Work to be completed:
From the line containing "FILE_NAME('','',(''),(''),'','','');" down to the line containing "#20=EDGE_CURVE('',#14,#14,#19,.T.);" in the records below, reproduce every line exactly, ends included, and omit all others.

━━━━━ Provided material ━━━━━

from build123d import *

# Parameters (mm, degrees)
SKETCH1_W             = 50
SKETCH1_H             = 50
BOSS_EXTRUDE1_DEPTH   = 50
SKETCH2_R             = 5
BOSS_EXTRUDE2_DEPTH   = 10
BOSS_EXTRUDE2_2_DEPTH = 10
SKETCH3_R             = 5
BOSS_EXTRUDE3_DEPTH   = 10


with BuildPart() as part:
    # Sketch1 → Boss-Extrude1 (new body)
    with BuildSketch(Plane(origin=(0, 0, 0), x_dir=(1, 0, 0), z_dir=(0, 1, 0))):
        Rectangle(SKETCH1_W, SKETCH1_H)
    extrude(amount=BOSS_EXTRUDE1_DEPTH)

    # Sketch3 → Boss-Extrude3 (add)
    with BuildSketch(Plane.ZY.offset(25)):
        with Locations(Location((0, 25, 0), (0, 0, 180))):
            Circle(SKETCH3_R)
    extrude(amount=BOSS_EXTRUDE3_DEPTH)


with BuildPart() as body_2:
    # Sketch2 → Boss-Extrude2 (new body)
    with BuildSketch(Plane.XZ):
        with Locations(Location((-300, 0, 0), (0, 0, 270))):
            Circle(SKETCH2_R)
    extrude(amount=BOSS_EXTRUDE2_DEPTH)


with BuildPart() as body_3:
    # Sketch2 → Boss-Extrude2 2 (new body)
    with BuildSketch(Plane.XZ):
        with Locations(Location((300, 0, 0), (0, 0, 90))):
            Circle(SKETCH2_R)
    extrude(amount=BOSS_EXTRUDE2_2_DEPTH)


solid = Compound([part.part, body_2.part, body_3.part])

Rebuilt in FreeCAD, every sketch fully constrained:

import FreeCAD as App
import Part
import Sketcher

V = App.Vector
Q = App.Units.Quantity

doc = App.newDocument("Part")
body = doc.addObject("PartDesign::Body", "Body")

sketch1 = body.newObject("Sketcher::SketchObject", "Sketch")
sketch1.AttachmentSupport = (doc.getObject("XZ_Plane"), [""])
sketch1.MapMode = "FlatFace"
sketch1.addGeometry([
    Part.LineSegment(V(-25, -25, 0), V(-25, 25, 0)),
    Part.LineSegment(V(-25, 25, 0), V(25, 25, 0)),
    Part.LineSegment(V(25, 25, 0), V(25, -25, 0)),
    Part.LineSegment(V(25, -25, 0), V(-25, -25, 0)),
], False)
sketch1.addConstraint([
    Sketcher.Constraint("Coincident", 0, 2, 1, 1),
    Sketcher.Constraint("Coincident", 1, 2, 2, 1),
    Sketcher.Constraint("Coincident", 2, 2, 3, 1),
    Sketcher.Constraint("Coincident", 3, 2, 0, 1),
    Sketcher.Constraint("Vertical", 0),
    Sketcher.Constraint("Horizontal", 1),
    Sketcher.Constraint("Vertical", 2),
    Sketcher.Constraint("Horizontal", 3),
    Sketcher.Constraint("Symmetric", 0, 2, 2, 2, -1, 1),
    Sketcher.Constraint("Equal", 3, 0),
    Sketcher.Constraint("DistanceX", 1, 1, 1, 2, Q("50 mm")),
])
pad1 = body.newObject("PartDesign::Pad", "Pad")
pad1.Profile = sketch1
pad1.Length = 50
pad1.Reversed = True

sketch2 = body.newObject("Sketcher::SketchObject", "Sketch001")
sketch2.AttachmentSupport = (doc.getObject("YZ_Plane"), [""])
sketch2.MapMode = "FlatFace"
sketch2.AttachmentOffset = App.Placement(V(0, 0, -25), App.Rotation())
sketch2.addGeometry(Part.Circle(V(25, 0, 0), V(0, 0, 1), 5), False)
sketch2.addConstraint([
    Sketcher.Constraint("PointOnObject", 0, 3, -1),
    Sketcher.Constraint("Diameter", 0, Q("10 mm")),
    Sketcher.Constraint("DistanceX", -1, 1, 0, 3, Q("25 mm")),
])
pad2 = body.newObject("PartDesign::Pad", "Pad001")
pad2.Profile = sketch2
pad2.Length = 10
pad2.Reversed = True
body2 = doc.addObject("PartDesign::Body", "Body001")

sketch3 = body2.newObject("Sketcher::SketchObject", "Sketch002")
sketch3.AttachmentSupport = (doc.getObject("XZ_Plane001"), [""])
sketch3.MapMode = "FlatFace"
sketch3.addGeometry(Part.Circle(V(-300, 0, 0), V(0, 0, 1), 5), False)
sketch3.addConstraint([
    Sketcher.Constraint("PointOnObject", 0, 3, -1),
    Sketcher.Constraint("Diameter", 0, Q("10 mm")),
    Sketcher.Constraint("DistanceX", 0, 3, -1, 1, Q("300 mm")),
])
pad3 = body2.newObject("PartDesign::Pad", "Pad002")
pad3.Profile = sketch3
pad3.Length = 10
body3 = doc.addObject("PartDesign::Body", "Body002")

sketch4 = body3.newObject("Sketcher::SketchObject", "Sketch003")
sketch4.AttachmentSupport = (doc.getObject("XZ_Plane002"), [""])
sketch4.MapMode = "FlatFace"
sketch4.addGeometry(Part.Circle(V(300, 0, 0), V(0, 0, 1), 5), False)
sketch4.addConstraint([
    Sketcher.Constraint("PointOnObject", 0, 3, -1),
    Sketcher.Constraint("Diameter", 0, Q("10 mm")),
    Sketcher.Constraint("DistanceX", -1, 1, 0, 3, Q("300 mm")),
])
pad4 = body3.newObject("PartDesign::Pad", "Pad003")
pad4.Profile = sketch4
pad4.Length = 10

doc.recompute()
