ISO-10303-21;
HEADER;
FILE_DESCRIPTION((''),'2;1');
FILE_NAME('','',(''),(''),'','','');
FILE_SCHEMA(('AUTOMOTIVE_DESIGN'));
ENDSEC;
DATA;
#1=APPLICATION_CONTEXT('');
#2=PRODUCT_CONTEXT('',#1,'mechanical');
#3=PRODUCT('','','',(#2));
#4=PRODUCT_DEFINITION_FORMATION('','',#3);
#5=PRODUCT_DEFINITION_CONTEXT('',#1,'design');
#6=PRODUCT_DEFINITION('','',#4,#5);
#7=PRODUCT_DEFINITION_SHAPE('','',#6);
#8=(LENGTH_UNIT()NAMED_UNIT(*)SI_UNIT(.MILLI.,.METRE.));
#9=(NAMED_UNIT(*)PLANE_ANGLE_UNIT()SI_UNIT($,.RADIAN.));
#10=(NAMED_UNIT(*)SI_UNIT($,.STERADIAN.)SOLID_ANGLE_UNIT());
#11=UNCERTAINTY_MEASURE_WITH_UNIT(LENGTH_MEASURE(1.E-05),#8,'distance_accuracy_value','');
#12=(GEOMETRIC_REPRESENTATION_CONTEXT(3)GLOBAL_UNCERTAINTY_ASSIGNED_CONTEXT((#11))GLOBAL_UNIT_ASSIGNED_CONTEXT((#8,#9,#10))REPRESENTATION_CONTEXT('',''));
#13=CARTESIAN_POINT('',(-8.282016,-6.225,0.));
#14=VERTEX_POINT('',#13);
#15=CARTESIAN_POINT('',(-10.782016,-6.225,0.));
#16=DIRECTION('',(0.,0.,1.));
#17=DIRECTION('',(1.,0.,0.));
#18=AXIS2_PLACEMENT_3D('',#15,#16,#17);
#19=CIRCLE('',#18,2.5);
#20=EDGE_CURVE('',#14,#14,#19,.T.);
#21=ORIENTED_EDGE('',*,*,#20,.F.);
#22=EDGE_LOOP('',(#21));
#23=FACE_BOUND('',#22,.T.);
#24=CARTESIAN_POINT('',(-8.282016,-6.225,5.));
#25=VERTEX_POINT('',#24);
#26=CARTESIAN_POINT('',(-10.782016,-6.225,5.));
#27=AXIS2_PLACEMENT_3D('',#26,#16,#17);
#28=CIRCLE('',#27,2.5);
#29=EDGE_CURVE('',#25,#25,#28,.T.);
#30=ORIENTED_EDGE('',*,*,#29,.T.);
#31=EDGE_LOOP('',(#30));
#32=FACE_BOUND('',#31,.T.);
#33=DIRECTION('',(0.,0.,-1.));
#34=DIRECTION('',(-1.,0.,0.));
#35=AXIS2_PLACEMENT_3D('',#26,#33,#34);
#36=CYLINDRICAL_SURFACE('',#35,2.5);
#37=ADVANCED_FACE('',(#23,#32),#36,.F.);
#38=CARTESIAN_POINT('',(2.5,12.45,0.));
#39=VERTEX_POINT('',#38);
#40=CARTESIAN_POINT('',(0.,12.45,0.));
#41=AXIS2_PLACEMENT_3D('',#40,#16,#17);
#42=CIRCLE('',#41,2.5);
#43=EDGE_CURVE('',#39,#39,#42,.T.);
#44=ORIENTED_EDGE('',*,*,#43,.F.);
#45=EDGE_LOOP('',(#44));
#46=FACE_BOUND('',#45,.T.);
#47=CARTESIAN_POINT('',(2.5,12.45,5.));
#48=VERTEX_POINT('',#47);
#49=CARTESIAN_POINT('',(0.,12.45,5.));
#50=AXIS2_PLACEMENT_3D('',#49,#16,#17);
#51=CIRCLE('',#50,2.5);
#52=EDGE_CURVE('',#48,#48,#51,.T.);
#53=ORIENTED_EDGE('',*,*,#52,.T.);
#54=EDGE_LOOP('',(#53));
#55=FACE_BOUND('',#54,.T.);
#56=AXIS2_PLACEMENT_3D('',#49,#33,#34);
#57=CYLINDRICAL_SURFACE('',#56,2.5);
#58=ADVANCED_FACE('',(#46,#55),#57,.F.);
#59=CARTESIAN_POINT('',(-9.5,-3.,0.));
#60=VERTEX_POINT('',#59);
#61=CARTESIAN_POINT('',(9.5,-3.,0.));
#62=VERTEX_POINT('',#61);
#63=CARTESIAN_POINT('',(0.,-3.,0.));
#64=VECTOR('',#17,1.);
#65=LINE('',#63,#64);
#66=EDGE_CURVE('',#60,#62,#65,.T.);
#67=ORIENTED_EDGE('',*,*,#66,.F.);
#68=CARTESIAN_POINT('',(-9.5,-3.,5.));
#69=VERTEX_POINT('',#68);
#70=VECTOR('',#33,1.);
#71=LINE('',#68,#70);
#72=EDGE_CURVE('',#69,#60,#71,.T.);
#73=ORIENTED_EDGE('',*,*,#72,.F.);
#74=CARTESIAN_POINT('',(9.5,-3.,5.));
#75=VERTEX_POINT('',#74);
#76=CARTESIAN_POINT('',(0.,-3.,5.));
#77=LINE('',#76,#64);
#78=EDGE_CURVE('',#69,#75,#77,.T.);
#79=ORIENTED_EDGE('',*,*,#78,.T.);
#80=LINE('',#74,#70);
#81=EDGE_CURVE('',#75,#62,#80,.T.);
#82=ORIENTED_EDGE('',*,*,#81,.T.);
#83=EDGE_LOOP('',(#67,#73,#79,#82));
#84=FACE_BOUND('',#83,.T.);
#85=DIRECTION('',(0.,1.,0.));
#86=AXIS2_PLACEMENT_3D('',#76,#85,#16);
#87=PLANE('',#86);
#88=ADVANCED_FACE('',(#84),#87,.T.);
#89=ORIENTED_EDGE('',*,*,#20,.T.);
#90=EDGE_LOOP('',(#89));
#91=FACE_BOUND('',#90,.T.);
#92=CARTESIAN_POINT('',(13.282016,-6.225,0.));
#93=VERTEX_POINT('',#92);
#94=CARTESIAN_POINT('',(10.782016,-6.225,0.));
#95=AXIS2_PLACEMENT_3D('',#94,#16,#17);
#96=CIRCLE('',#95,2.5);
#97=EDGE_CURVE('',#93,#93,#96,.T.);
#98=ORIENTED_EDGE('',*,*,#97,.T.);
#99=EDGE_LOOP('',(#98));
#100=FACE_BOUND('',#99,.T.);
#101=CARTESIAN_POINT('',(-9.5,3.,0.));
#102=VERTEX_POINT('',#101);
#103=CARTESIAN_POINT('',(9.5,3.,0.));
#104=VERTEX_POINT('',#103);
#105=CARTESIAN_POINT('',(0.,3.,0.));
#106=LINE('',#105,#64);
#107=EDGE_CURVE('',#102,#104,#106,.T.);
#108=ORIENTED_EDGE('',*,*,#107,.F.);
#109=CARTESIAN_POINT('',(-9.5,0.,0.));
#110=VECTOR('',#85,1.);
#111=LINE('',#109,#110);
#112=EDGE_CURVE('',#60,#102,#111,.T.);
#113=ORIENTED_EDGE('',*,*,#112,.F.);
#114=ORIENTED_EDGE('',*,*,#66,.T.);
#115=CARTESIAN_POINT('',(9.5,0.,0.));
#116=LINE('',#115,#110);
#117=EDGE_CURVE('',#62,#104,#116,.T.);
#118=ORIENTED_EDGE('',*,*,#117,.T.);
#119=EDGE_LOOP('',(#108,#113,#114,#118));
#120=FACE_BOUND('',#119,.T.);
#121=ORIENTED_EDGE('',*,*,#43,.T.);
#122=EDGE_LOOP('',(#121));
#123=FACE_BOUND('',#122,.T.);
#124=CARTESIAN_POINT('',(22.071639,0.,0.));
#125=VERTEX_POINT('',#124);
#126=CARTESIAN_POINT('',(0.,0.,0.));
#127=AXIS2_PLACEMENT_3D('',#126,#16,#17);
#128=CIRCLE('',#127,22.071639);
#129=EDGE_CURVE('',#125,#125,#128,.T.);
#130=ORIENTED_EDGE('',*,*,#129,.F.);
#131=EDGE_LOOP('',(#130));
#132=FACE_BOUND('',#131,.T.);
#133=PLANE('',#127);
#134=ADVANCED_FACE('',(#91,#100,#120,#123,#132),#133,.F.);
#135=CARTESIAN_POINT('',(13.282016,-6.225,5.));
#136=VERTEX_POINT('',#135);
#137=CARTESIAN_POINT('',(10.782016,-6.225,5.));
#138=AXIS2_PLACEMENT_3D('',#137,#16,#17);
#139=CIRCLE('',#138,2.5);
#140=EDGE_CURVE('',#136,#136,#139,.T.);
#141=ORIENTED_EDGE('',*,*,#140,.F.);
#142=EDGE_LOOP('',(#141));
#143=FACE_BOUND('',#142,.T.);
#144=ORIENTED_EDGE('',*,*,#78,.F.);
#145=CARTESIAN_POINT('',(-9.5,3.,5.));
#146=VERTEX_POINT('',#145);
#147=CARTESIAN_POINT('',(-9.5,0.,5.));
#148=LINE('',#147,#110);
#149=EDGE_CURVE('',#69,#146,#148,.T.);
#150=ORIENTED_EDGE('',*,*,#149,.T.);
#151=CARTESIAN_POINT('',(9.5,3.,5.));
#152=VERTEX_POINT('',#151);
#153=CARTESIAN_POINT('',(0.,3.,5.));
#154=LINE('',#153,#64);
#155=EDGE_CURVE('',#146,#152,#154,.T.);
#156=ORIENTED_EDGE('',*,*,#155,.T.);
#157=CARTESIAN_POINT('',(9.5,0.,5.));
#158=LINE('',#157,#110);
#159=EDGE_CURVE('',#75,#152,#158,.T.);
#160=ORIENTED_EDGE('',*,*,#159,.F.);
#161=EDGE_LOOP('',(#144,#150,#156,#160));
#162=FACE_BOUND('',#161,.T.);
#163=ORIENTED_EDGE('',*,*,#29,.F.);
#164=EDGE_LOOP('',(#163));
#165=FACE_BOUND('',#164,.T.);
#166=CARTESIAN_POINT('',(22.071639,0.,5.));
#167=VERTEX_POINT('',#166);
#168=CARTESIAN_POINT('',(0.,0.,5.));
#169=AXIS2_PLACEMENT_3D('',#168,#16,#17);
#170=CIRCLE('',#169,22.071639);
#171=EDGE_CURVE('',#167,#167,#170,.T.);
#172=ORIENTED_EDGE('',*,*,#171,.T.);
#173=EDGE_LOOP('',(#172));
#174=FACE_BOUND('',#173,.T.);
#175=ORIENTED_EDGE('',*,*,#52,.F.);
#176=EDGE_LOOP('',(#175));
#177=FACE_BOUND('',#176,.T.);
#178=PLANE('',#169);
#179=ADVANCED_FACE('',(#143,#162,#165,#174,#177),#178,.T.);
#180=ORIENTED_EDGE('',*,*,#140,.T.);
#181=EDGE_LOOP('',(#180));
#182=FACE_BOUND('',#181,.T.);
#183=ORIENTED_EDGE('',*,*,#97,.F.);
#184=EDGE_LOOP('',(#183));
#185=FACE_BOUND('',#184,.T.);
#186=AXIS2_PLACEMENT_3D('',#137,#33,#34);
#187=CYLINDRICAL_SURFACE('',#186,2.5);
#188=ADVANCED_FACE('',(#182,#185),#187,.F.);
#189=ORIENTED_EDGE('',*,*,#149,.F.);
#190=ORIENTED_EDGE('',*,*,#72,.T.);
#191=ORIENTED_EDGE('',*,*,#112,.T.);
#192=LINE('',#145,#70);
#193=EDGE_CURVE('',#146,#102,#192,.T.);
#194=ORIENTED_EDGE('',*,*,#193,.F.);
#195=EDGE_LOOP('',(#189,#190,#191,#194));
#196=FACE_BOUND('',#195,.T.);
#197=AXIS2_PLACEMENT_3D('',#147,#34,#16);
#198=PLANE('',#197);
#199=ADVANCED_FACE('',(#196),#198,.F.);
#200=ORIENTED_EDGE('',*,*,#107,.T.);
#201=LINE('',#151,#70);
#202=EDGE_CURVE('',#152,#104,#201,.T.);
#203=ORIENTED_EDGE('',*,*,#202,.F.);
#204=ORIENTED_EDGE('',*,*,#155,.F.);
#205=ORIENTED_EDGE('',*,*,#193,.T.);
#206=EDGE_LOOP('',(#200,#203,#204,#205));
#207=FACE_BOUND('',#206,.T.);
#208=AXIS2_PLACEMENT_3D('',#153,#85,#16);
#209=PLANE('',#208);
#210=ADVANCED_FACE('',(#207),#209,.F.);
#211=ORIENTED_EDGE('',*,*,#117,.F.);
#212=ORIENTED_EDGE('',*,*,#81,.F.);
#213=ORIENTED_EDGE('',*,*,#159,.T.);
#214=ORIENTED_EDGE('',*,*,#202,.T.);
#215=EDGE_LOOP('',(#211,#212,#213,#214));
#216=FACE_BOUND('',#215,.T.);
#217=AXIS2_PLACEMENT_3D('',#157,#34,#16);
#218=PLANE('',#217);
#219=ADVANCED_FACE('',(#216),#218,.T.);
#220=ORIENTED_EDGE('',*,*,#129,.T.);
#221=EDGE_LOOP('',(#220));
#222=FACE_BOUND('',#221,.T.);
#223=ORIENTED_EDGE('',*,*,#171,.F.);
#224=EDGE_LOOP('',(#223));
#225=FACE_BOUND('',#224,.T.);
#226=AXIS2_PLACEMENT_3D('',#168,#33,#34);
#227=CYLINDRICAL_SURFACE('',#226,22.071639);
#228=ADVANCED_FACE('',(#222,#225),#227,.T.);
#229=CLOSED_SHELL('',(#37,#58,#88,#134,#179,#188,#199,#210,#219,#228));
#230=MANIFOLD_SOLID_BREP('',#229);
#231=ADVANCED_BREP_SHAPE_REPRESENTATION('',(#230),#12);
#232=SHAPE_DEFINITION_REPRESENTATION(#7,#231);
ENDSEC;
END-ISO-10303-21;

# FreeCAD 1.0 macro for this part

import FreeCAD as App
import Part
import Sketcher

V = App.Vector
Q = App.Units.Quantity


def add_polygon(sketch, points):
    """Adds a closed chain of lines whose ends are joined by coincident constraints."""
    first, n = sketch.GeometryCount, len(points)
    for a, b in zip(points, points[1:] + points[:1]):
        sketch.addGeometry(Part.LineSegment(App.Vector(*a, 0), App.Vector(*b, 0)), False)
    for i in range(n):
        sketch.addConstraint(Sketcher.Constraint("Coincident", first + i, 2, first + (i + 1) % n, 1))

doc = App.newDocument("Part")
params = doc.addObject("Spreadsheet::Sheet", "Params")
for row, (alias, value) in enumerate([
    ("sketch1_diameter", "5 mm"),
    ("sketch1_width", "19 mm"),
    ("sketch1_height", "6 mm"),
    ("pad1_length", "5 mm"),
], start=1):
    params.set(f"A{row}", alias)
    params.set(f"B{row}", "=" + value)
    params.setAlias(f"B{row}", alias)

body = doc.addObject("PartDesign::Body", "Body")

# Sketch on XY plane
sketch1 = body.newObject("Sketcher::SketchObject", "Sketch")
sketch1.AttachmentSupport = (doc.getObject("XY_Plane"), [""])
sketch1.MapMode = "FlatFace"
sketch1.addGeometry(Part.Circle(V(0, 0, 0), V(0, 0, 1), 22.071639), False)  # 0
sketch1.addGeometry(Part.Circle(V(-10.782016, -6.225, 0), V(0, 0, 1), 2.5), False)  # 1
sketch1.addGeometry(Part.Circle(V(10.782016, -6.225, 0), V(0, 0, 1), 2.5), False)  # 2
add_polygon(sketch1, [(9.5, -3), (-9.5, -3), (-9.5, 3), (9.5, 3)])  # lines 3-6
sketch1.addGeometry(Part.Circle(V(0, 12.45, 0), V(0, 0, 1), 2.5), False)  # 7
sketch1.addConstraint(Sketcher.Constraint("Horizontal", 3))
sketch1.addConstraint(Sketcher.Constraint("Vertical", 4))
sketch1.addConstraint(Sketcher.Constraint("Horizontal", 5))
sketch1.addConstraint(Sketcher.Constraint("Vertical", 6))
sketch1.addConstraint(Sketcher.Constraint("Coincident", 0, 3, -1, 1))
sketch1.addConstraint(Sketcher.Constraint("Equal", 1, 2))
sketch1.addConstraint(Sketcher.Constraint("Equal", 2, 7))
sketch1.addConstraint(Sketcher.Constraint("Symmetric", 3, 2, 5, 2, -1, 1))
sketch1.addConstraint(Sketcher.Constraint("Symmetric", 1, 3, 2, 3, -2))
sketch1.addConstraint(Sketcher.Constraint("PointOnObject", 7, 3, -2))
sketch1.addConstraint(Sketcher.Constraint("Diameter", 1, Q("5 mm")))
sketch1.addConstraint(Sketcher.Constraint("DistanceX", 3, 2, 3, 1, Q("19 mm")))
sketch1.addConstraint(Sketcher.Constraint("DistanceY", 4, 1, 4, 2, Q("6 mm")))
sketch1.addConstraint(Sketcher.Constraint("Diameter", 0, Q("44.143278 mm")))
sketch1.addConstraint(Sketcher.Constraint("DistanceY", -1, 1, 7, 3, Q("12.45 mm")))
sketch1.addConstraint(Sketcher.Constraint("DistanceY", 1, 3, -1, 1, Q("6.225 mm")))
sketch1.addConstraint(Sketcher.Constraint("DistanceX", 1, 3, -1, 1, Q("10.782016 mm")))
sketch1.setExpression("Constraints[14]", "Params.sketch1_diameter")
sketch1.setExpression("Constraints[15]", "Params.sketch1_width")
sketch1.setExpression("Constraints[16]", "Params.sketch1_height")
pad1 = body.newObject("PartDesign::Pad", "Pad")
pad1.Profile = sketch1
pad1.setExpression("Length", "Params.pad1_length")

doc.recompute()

━━━━━

Answer section:
FILE_NAME('','',(''),(''),'','','');
FILE_SCHEMA(('AUTOMOTIVE_DESIGN'));
ENDSEC;
DATA;
#1=APPLICATION_CONTEXT('');
#2=PRODUCT_CONTEXT('',#1,'mechanical');
#3=PRODUCT('','','',(#2));
#4=PRODUCT_DEFINITION_FORMATION('','',#3);
#5=PRODUCT_DEFINITION_CONTEXT('',#1,'design');
#6=PRODUCT_DEFINITION('','',#4,#5);
#7=PRODUCT_DEFINITION_SHAPE('','',#6);
#8=(LENGTH_UNIT()NAMED_UNIT(*)SI_UNIT(.MILLI.,.METRE.));
#9=(NAMED_UNIT(*)PLANE_ANGLE_UNIT()SI_UNIT($,.RADIAN.));
#10=(NAMED_UNIT(*)SI_UNIT($,.STERADIAN.)SOLID_ANGLE_UNIT());
#11=UNCERTAINTY_MEASURE_WITH_UNIT(LENGTH_MEASURE(1.E-05),#8,'distance_accuracy_value','');
#12=(GEOMETRIC_REPRESENTATION_CONTEXT(3)GLOBAL_UNCERTAINTY_ASSIGNED_CONTEXT((#11))GLOBAL_UNIT_ASSIGNED_CONTEXT((#8,#9,#10))REPRESENTATION_CONTEXT('',''));
#13=CARTESIAN_POINT('',(-8.282016,-6.225,0.));
#14=VERTEX_POINT('',#13);
#15=CARTESIAN_POINT('',(-10.782016,-6.225,0.));
#16=DIRECTION('',(0.,0.,1.));
#17=DIRECTION('',(1.,0.,0.));
#18=AXIS2_PLACEMENT_3D('',#15,#16,#17);
#19=CIRCLE('',#18,2.5);
#20=EDGE_CURVE('',#14,#14,#19,.T.);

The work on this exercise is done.